At Kapilina, the single mom we spoke with says she is basically waiting every day for whatever issue comes next.
“We want to be happy here because our kids are happy and it’s an enclosed community,” she says. “But there are many issues, and it’s hard to feel comfortable living in a community where the management actually does not care about you.”
She says she feels exploited by her landlord and wouldn’t have moved her family from the mainland if she knew what living at Kapilina was going to be like beforehand.
“It’s a whole lot of stress and worry for people because you just never know what’s going to happen from day to day,” she says. “And hearing this is so widespread in communities that are owned by the same corporation is not comforting at all. It’s good to know so that we can avoid those properties if we do have to move.”
Our Search for Private Equity Landlords in Hawai‘i
We focused on multifamily properties and searched news articles, company websites, property tax records, Colliers International Hawai‘i’s investment reports and Hawai‘i Information Service’s tax map key database to identify private equity-owned apartments in Hawai‘i. This method may not have captured all private equity-owned apartments. One of our challenges was determining whether a company that self-describes as a real estate investment firm could also be considered a private equity firm or is backed by private equity funding. We used PitchBook, a capital markets research company, to help us look into various companies’ funding.

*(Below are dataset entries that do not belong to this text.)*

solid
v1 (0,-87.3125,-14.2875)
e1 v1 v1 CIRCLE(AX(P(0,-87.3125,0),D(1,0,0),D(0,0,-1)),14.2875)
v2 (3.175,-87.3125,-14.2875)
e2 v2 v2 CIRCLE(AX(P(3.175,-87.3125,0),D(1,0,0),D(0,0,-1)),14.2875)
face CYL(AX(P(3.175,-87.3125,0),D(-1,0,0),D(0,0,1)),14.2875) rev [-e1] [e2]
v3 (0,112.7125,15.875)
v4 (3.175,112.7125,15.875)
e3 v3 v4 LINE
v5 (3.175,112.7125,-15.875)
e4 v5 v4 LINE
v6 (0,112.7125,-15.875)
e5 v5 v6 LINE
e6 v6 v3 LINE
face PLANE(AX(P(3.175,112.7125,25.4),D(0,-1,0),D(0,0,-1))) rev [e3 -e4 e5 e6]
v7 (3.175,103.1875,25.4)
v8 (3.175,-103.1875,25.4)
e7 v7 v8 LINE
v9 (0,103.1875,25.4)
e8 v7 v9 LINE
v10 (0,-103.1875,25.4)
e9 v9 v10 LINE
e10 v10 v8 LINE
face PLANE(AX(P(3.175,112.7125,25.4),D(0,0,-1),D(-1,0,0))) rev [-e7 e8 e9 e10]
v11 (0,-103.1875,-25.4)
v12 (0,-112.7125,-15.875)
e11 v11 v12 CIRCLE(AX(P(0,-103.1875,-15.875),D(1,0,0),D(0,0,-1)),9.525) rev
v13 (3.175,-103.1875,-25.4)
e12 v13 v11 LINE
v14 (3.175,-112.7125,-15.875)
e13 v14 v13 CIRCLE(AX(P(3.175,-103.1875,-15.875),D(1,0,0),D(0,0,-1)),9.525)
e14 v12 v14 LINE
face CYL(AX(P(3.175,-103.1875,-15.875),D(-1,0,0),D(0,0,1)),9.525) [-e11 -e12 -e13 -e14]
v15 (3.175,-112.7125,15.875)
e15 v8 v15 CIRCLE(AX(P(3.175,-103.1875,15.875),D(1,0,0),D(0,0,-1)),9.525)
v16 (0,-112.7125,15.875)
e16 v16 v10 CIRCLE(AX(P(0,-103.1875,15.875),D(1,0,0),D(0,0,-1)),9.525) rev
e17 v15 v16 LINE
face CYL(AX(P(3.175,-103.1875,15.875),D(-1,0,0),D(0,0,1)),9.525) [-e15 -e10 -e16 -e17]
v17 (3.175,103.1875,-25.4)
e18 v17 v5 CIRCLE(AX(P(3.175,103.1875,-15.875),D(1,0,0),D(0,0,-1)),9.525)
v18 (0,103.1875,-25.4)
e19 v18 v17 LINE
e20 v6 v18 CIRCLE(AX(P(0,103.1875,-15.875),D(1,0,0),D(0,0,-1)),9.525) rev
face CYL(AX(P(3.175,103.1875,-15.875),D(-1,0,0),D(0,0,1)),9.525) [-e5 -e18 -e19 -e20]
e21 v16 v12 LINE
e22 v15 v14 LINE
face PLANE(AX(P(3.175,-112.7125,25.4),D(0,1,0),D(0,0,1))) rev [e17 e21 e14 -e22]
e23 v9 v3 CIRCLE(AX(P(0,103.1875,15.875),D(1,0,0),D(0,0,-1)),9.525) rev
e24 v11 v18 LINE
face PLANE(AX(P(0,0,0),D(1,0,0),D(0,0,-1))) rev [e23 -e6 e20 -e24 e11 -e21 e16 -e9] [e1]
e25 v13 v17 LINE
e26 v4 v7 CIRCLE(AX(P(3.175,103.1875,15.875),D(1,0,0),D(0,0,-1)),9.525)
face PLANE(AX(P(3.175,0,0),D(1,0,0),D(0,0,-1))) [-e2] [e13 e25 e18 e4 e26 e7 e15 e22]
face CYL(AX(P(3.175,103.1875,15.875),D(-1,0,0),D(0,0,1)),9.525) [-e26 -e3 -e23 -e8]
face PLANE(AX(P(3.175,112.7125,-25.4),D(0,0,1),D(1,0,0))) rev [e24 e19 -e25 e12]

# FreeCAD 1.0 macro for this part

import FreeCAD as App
import Part
import Sketcher

V = App.Vector
Q = App.Units.Quantity


def edges_at(feature, points):
    """Names of the edges that pass closest to the given points."""
    edges = feature.Shape.Edges
    near = lambda p: min(range(len(edges)), key=lambda i: edges[i].distToShape(Part.Vertex(*p))[0])
    return sorted({f"Edge{near(p) + 1}" for p in points})

doc = App.newDocument("Part")
body = doc.addObject("PartDesign::Body", "Body")

sketch1 = body.newObject("Sketcher::SketchObject", "Sketch")
sketch1.AttachmentSupport = (doc.getObject("YZ_Plane"), [""])
sketch1.MapMode = "FlatFace"
sketch1.addGeometry(Part.LineSegment(V(113, 25, 0), V(-113, 25, 0)), False)
sketch1.addGeometry(Part.LineSegment(V(-113, 25, 0), V(-113, -25, 0)), False)
sketch1.addGeometry(Part.LineSegment(V(-113, -25, 0), V(113, -25, 0)), False)
sketch1.addGeometry(Part.LineSegment(V(113, -25, 0), V(113, 25, 0)), False)
sketch1.addGeometry(Part.Circle(V(-87, 0, 0), V(0, 0, 1), 14), False)
sketch1.addConstraint(Sketcher.Constraint("Coincident", 0, 2, 1, 1))
sketch1.addConstraint(Sketcher.Constraint("Coincident", 1, 2, 2, 1))
sketch1.addConstraint(Sketcher.Constraint("Coincident", 2, 2, 3, 1))
sketch1.addConstraint(Sketcher.Constraint("Coincident", 3, 2, 0, 1))
sketch1.addConstraint(Sketcher.Constraint("Horizontal", 0))
sketch1.addConstraint(Sketcher.Constraint("Vertical", 1))
sketch1.addConstraint(Sketcher.Constraint("Horizontal", 2))
sketch1.addConstraint(Sketcher.Constraint("Vertical", 3))
sketch1.addConstraint(Sketcher.Constraint("Symmetric", 0, 2, 2, 2, -1, 1))
sketch1.addConstraint(Sketcher.Constraint("PointOnObject", 4, 3, -1))
sketch1.addConstraint(Sketcher.Constraint("DistanceY", 1, 2, 1, 1, Q("2 in")))
sketch1.addConstraint(Sketcher.Constraint("Diameter", 4, Q("1.125 in")))
sketch1.addConstraint(Sketcher.Constraint("DistanceX", 0, 2, 4, 3, Q("1 in")))
sketch1.addConstraint(Sketcher.Constraint("DistanceX", 0, 2, 0, 1, Q("8.875 in")))
pad1 = body.newObject("PartDesign::Pad", "Pad")
pad1.Profile = sketch1
pad1.Length = Q("0.125 in")
doc.recompute()

fillet = body.newObject("PartDesign::Fillet", "Fillet")
fillet.Base = (pad1, edges_at(pad1, [
    (1.587, 112.713, 25.4),
    (1.587, 112.713, -25.4),
    (1.587, -112.713, -25.4),
    (1.587, -112.713, 25.4),
]))
fillet.Radius = Q("0.375 in")

doc.recompute()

Anikka Villegas, a fund strategies and performance analyst at PitchBook, wrote in an email that both a private equity firm and a real estate investment company can invest in real estate, but the difference is that a private equity firm investing in real estate is a general partner that has limited partners and uses a private equity fund structure.
“Not all real estate investment companies are private equity firms because not all of them are in a general partner-limited partner relationship,” she wrote in an email.

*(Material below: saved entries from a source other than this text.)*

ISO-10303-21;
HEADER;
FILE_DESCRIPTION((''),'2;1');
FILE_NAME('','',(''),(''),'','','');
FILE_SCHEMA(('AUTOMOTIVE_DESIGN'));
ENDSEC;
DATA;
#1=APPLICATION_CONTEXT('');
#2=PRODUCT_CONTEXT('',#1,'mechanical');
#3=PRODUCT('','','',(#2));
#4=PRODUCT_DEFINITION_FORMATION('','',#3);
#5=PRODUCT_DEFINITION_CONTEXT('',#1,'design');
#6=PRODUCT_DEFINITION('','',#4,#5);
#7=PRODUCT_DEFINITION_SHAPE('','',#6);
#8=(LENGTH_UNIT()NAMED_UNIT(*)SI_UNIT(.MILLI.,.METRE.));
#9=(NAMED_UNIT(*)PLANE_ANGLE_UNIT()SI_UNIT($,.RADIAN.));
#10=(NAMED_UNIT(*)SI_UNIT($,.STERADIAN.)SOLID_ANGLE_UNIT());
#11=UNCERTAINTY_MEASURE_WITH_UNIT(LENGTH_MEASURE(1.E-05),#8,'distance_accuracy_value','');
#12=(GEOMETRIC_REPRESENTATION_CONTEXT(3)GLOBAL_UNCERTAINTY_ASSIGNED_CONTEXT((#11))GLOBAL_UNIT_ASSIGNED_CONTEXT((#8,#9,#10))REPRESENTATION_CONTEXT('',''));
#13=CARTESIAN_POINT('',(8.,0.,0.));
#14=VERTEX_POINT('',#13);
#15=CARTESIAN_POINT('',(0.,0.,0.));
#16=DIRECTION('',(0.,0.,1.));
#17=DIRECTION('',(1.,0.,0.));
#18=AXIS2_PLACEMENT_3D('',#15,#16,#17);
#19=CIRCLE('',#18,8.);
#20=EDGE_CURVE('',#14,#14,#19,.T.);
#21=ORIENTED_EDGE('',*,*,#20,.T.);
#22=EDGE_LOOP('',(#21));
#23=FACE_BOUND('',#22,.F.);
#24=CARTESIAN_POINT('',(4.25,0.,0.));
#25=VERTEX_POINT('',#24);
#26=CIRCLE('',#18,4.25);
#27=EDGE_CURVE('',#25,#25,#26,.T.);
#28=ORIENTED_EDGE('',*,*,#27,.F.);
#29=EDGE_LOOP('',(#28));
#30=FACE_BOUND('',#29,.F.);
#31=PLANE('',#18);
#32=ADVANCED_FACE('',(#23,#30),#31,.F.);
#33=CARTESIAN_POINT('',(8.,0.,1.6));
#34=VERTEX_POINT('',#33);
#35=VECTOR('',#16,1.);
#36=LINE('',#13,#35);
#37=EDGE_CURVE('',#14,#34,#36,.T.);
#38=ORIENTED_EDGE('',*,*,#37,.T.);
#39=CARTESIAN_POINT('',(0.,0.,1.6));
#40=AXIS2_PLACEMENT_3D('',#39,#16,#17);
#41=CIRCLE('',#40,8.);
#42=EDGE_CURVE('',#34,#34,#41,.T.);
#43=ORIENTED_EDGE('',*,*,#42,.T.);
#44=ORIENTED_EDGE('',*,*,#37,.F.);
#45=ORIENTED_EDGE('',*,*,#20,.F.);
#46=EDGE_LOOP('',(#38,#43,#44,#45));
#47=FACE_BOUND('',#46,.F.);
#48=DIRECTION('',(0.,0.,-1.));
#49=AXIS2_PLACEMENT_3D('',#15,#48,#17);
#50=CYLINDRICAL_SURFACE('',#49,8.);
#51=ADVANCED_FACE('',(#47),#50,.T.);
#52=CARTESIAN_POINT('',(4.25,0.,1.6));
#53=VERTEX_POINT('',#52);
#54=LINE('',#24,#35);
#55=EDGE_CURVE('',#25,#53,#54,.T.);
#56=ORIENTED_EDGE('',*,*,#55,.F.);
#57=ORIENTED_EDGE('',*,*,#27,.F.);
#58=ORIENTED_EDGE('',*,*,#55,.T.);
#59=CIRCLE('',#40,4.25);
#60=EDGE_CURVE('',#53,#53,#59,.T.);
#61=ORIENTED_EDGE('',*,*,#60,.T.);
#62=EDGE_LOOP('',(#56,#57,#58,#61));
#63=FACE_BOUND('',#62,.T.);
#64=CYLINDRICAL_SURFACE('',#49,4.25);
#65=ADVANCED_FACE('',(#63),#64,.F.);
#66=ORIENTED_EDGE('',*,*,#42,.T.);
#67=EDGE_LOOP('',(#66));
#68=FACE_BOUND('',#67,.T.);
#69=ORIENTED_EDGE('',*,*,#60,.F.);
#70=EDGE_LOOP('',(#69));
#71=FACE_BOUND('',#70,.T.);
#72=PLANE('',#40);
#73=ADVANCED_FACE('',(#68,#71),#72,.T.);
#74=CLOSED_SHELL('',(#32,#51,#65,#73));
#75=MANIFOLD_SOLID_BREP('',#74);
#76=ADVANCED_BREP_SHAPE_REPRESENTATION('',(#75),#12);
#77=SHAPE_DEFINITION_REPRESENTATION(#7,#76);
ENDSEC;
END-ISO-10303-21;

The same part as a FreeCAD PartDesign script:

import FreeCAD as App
import Part
import Sketcher
from FreeCAD import Vector
Q = App.Units.Quantity

doc = App.newDocument("Part")
body = doc.addObject("PartDesign::Body", "Body")

# Sketch on XY plane
sketch1 = body.newObject("Sketcher::SketchObject", "Sketch")
sketch1.AttachmentSupport = (doc.getObject("XY_Plane"), [""])
sketch1.MapMode = "FlatFace"
sketch1.addGeometry([
    Part.Circle(Vector(0, 0, 0), Vector(0, 0, 1), 8),
    Part.Circle(Vector(0, 0, 0), Vector(0, 0, 1), 4.2),
], False)
sketch1.addConstraint([
    Sketcher.Constraint("Coincident", 0, 3, -1, 1),
    Sketcher.Constraint("Coincident", 1, 3, -1, 1),
    Sketcher.Constraint("Diameter", 0, Q("16 mm")),
    Sketcher.Constraint("Diameter", 1, Q("8.5 mm")),
])
pad1 = body.newObject("PartDesign::Pad", "Pad")
pad1.Profile = sketch1
pad1.Length = 1.6

doc.recompute()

A few private equity companies, like Blackstone, are publicly traded, so they are subject to Securities and Exchange Commission rules and regulations. But the overall private equity industry “thrives by exploiting exemptions and loopholes in securities law … fostered by decades of de-regulation in private markets,” according to Americans for Financial Reform. That means it’s difficult to get a full picture of private equity portfolio holdings.